Michael H. Behringer <Michael.Behringer@dante.org.uk>
Dante
United Kingdom
Keywords: TF-TEN, JAMES, TEN-34, ATM WAN experiments, performance, SVC, signaling, ATM-ARP, NHRP, addressing, network management, CDVT, VBR, RSVP, ATM security.
Up to the beginning of 1997, Internet backbones in Europe consisted mostly of 2 Mbit/s line technology. In 1996 the national research networks (NRN) in Europe with DANTE as project manager started a project--similar to the Internet II efforts in the United States--to develop a pan-European backbone with higher speeds and more advanced technology: TEN-34 (Trans-European Network Interconnect at 34 Mbit/s). As there was desperate demand for more Internet bandwidth in the short term, the first phase of the TEN-34 project (3) was limited to providing a standard high-speed Internet service for the academic community. This TEN-34 network is now operational (4).
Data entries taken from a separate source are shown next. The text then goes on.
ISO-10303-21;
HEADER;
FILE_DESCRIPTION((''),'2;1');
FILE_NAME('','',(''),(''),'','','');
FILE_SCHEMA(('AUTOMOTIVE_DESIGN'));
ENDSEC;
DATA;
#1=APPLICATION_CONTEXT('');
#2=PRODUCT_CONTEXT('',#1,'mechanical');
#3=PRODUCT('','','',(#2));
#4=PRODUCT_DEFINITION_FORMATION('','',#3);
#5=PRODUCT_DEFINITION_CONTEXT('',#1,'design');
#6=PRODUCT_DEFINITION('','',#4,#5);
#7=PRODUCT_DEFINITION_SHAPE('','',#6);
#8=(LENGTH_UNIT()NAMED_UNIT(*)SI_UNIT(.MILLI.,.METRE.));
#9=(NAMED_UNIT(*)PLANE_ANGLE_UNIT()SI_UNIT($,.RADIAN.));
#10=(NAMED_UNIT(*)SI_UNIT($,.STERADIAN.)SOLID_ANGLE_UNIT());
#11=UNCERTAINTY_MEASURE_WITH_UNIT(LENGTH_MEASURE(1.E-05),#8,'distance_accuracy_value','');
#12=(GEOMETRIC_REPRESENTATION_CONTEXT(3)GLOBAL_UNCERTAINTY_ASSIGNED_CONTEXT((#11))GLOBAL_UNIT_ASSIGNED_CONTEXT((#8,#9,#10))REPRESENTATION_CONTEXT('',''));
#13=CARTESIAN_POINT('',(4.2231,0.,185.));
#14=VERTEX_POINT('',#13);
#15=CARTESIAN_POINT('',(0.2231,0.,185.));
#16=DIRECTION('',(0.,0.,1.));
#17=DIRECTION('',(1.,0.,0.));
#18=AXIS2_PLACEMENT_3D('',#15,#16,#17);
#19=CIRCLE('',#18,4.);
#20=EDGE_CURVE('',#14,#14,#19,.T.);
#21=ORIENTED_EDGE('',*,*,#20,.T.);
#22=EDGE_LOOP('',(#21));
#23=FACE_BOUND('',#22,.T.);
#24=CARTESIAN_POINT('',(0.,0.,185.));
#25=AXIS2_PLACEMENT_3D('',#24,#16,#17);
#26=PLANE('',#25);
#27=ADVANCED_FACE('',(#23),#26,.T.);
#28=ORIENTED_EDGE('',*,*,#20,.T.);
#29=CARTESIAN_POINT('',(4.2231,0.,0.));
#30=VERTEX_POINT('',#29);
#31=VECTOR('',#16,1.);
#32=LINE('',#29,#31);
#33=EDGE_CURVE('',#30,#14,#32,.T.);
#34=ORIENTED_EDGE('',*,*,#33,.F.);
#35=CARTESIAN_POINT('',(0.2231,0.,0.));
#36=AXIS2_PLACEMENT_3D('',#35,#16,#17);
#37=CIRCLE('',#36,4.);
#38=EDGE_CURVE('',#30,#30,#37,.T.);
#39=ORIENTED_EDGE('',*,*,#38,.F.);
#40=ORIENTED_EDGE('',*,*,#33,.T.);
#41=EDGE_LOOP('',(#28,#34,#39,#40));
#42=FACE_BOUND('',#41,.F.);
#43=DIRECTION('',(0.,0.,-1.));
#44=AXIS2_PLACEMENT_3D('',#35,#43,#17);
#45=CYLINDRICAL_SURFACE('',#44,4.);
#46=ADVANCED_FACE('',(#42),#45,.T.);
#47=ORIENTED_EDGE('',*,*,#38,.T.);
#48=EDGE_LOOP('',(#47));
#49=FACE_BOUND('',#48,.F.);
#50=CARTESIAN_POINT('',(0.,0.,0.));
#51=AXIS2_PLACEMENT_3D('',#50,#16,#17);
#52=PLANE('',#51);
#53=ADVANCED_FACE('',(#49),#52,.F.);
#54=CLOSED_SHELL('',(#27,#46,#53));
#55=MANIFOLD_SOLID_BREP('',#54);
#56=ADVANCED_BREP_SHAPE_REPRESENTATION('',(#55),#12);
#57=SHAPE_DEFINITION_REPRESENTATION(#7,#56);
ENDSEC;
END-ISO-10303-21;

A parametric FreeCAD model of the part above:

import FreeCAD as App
import Part
import Sketcher
Q = App.Units.Quantity

doc = App.newDocument("Part")
body = doc.addObject("PartDesign::Body", "Body")

# Sketch on XY plane
sketch1 = doc.addObject("Sketcher::SketchObject", "Sketch")
body.addObject(sketch1)
sketch1.AttachmentSupport = (doc.XY_Plane, [""])
sketch1.MapMode = "FlatFace"
sketch1.addGeometry(Part.Circle(App.Vector(0.2, 0, 0), App.Vector(0, 0, 1), 4), False)
sketch1.addConstraint(Sketcher.Constraint("PointOnObject", 0, 3, -1))
sketch1.addConstraint(Sketcher.Constraint("Diameter", 0, Q("8 mm")))
sketch1.addConstraint(Sketcher.Constraint("DistanceX", -1, 1, 0, 3, Q("0.223 mm")))
pad1 = doc.addObject("PartDesign::Pad", "Pad")
body.addObject(pad1)
pad1.Profile = sketch1
pad1.Length = 185

doc.recompute()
The need for more advanced applications was, however, recognized, so the second goal of the project was to investigate new technologies such as bandwidth on demand, to support new applications, and to make them available on the TEN-34 network.
This paper describes the experiments carried out in the framework of the TEN-34 project to examine new technology trends, mostly based on ATM, for their suitability for the provision of backbone Internet services. A task force, consisting of experts of many European countries, was established to carry out these experiments. This Task Force TEN (Trans-European Networking) (1) is organized under the framework of TERENA (5).
The experiments described here cover a wide range of aspects of ATM, from network management to signaling, as well as performance-related issues and in-depth examinations of ATM technology-related issues such as cell delay variation. Unfortunately, the results are far from encouraging. In several areas of research we came to the conclusion that too many pieces of the jigsaw are still missing. Especially the use of SVCs does not seem to be feasible over a WAN yet.
But why did we discover so many problems with ATM in the wide area, where there seem to be no problems in the local area? After all, SVCs are already successfully being used in LANs. The difference is that in the LAN, bandwidth is close to "unlimited." As soon as there are bandwidth restrictions, however, as is the case on WANs, it becomes far more difficult to accommodate many different traffic flows. And software and hardware have not yet adopted the mechanisms needed to cope with low bandwidth. Clearly ABR was designed to solve some of these issues, and implementations of device drivers and switch software will also improve. So our conclusion is not that the more advanced ATM features will not work, but that far more time is needed to deliver on the promises that were made on ATM.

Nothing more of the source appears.